* Stored items:
-----

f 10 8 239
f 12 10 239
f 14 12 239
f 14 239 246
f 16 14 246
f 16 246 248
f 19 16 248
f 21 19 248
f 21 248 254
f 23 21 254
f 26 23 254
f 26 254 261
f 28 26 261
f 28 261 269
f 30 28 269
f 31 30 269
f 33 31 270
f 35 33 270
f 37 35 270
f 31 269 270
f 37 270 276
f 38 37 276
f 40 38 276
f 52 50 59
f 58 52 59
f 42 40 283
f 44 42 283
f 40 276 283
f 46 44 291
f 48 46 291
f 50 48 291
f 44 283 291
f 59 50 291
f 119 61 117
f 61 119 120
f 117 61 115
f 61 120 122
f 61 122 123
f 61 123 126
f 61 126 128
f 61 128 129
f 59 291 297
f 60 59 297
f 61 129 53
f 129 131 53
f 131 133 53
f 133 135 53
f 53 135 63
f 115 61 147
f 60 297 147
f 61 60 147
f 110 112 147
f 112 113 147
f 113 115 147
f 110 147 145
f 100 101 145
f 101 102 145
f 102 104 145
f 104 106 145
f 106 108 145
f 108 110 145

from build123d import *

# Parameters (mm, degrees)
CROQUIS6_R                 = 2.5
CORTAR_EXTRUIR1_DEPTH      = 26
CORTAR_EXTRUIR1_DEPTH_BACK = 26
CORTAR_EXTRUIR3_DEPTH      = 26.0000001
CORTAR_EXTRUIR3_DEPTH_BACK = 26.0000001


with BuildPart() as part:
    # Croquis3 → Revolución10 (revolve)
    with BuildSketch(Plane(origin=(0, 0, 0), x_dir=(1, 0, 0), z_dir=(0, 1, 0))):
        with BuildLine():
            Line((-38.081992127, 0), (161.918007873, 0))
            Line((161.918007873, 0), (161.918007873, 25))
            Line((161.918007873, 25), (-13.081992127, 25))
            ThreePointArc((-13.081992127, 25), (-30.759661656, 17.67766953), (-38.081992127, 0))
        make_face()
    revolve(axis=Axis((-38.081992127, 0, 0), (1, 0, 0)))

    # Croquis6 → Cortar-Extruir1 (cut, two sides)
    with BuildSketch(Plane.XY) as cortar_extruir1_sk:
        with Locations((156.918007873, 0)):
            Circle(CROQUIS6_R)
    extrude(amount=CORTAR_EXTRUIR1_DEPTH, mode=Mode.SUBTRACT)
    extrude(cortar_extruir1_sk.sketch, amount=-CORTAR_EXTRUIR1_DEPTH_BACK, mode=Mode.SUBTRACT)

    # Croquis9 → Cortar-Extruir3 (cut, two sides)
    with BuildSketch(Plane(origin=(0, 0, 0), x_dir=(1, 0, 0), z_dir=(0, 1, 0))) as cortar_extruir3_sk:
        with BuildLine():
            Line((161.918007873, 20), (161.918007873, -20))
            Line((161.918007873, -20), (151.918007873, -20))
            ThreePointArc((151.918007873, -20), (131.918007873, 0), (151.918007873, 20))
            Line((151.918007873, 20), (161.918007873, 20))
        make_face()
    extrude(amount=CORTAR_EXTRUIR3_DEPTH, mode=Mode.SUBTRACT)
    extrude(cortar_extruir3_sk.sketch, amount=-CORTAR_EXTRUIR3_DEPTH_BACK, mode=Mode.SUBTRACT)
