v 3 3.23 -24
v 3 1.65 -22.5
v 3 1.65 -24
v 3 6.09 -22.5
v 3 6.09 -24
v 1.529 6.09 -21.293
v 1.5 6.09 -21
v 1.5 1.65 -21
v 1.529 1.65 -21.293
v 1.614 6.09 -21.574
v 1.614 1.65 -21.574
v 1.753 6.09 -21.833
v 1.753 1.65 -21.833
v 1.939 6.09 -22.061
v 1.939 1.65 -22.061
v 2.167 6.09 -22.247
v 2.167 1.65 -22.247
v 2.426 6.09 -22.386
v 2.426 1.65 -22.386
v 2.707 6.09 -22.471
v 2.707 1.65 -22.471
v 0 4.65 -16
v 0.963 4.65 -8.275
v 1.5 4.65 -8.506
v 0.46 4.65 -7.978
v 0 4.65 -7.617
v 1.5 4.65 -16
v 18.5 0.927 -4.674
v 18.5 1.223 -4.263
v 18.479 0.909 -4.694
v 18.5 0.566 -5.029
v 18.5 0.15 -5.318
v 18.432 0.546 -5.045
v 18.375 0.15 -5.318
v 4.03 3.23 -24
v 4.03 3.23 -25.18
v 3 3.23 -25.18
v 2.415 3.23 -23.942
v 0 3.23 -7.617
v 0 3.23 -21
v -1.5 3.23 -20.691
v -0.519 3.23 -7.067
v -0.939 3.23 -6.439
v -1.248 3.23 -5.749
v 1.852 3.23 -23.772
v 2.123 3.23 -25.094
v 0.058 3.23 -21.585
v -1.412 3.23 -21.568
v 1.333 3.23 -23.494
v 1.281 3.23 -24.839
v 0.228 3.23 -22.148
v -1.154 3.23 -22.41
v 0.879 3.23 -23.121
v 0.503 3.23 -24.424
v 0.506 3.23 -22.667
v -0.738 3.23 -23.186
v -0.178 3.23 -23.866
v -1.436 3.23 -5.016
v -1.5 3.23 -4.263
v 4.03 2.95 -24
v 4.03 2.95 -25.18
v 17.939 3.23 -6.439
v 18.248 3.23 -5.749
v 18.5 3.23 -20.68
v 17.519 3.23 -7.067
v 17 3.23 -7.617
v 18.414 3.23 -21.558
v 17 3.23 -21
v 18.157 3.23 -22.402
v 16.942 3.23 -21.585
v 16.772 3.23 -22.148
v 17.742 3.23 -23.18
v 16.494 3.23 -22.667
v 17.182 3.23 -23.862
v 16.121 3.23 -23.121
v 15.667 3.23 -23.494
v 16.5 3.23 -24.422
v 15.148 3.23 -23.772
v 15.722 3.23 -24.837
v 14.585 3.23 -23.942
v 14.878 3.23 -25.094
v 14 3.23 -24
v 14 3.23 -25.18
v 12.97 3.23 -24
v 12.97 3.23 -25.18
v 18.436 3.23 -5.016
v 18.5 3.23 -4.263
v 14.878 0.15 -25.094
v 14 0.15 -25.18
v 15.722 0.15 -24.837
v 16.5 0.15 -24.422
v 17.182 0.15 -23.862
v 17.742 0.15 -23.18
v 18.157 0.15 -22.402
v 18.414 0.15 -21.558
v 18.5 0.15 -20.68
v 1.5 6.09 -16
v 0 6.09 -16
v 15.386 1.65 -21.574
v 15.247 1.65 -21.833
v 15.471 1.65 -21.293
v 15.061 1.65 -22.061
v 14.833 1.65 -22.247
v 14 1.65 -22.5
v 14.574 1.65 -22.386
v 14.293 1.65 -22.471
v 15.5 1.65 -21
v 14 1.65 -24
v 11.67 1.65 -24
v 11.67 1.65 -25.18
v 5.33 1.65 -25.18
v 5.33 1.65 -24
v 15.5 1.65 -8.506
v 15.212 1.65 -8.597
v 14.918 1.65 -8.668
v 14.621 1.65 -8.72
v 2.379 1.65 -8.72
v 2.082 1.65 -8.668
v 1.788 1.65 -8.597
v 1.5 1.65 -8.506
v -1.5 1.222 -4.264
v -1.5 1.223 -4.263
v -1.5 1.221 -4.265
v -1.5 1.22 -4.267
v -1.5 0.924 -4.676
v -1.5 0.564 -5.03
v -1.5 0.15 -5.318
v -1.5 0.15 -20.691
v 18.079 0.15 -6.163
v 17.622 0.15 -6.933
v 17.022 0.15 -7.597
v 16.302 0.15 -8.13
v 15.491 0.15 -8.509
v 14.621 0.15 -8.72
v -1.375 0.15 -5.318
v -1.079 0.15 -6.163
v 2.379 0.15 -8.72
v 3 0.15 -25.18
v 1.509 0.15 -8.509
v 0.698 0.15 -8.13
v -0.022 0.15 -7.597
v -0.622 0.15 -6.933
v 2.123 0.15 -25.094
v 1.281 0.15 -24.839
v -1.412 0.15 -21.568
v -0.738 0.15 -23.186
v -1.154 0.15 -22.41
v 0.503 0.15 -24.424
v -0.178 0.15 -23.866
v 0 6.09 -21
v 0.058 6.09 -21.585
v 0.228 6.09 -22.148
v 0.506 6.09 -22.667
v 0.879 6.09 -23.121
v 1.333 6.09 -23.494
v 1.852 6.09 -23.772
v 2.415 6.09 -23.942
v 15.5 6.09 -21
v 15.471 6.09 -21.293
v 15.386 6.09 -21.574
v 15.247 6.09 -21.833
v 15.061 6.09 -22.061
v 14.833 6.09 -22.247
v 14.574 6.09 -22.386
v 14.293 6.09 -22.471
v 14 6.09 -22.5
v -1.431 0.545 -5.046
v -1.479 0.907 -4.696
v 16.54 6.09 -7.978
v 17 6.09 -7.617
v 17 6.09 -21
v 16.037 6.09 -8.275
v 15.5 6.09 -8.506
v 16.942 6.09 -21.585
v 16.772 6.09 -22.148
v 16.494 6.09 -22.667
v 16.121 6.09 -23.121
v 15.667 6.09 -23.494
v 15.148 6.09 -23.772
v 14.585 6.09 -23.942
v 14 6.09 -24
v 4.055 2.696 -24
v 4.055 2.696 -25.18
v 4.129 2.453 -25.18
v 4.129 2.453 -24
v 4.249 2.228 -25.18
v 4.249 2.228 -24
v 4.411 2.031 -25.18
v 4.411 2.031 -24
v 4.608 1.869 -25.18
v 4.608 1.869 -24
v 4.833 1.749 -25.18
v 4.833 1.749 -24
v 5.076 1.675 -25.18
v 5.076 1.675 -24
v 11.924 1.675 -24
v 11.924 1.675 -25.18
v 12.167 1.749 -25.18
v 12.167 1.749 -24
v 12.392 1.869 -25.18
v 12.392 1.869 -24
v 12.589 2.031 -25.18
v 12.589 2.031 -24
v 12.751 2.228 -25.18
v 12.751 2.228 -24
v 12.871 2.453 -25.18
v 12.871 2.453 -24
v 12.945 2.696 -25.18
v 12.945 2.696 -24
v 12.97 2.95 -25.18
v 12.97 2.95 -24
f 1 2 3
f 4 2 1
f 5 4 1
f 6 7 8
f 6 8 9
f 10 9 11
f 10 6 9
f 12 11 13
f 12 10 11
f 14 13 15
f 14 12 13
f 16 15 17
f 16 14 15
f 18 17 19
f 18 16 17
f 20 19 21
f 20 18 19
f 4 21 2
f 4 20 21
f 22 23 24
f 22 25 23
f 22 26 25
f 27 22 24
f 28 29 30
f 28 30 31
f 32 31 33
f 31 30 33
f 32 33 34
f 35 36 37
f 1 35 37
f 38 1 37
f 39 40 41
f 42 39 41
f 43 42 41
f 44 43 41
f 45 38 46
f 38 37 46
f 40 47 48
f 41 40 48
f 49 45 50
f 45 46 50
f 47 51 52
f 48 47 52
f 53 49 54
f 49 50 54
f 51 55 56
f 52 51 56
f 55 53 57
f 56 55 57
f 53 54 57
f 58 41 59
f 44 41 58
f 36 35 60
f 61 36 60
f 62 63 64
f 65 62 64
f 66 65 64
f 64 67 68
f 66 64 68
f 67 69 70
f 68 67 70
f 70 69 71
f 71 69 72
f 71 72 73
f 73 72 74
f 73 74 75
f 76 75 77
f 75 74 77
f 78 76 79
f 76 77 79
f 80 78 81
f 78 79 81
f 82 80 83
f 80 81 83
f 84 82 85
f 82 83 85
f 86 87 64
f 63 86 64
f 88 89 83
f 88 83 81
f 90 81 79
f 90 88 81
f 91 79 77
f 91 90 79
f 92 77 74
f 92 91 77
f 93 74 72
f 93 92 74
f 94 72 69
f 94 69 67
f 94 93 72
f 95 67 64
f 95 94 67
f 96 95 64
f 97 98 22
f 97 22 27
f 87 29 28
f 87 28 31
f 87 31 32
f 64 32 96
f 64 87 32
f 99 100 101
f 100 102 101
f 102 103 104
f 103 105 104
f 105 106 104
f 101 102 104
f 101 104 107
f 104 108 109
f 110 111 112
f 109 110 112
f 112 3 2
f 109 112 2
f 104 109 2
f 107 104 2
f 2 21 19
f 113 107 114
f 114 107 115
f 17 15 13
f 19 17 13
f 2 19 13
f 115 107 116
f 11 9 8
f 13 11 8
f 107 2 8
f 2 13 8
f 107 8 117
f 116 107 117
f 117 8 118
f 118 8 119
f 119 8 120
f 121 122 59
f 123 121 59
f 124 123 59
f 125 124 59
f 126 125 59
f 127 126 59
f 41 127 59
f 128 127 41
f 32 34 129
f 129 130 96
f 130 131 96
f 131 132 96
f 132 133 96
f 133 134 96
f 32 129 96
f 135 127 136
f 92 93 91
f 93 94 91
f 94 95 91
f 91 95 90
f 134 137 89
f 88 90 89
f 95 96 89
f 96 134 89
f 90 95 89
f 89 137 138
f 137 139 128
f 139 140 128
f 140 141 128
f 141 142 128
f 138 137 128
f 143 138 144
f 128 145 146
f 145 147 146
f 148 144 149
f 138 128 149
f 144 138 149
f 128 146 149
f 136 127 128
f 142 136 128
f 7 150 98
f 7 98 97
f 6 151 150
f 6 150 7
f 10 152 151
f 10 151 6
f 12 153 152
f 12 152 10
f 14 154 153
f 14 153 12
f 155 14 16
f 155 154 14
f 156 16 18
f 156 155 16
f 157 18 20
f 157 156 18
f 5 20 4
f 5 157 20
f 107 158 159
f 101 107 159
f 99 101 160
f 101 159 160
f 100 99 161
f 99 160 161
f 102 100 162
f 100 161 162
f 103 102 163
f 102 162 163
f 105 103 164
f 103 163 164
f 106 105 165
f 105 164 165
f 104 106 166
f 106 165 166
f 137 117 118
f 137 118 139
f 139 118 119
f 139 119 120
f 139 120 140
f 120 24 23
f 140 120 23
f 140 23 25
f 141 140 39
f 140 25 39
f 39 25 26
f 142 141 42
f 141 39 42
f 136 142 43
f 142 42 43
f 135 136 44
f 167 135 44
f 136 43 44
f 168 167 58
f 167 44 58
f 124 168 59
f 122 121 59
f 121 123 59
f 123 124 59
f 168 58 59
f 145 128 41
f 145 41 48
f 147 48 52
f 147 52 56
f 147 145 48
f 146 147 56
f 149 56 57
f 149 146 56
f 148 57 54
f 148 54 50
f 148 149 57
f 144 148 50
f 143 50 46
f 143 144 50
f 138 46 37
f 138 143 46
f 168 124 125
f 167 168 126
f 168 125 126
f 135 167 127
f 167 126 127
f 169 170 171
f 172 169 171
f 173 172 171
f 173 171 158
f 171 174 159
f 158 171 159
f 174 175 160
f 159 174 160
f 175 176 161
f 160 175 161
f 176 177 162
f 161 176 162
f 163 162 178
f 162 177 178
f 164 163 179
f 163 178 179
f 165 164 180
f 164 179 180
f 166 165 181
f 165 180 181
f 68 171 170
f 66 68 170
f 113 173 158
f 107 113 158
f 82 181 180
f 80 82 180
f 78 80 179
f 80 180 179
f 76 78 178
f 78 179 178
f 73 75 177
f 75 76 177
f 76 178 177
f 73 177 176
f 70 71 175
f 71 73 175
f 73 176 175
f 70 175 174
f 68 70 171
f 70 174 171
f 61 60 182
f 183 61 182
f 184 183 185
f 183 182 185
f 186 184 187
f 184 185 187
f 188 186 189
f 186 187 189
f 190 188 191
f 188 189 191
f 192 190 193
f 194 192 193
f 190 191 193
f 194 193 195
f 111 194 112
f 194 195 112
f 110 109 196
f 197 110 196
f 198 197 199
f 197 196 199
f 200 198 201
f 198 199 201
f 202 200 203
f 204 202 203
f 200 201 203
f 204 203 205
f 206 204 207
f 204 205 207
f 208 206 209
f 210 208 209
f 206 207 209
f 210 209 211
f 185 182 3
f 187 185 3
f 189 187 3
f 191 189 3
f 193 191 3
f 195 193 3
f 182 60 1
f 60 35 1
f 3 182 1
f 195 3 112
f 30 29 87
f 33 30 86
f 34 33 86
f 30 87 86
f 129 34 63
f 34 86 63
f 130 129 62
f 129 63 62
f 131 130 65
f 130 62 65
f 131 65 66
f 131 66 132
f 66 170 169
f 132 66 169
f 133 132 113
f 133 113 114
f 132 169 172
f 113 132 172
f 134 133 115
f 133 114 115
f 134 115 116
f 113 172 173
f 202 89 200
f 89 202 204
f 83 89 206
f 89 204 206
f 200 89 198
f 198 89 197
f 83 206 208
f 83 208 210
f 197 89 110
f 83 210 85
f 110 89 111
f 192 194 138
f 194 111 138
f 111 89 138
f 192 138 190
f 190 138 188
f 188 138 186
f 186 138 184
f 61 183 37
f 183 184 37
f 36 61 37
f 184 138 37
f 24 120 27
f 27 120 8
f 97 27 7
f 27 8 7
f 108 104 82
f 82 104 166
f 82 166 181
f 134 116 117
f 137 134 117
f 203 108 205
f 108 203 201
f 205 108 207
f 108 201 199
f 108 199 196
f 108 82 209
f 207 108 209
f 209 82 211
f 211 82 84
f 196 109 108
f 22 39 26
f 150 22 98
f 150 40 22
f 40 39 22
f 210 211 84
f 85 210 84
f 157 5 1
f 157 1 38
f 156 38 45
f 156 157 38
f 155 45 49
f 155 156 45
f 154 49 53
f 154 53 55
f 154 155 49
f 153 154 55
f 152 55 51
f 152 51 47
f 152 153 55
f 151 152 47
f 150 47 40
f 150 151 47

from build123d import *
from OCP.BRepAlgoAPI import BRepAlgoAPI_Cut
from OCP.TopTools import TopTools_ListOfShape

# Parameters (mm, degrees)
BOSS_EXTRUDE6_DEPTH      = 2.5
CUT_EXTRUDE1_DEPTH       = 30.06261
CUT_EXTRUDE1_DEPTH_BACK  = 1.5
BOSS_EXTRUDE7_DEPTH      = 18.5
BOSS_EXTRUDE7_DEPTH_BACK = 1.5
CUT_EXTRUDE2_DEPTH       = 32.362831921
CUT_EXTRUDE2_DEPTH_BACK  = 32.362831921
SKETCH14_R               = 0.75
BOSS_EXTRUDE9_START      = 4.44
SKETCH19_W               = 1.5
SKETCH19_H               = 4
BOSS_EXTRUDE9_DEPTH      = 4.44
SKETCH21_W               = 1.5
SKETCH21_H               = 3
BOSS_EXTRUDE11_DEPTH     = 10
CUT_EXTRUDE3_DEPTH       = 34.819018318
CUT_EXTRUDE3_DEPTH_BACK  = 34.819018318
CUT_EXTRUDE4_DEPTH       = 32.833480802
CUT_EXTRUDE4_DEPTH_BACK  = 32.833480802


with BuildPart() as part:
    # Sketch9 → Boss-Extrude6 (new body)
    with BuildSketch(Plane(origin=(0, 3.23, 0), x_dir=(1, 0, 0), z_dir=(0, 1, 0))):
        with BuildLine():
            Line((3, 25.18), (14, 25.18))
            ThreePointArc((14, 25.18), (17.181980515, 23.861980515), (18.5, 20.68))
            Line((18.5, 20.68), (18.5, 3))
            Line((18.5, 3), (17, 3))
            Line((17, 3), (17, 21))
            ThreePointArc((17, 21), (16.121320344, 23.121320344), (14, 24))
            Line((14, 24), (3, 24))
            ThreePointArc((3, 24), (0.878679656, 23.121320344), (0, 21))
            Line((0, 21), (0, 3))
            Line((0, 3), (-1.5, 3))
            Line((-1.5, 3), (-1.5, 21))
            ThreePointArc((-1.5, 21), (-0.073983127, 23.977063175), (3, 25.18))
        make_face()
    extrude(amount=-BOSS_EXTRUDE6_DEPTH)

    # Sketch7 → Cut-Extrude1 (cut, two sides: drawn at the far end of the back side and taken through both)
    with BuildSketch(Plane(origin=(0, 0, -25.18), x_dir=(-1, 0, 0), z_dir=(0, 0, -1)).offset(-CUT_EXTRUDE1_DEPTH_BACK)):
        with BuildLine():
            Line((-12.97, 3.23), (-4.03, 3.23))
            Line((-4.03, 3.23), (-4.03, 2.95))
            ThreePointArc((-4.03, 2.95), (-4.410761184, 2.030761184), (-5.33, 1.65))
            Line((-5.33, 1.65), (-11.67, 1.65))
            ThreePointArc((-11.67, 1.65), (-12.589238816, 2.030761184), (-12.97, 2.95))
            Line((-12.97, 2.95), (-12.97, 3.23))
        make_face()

-----

* EXERCISE DETAILS: Count the lines in the records that contain the word "SUBTRACT", and give only that number.

* ANSWER BELOW: 4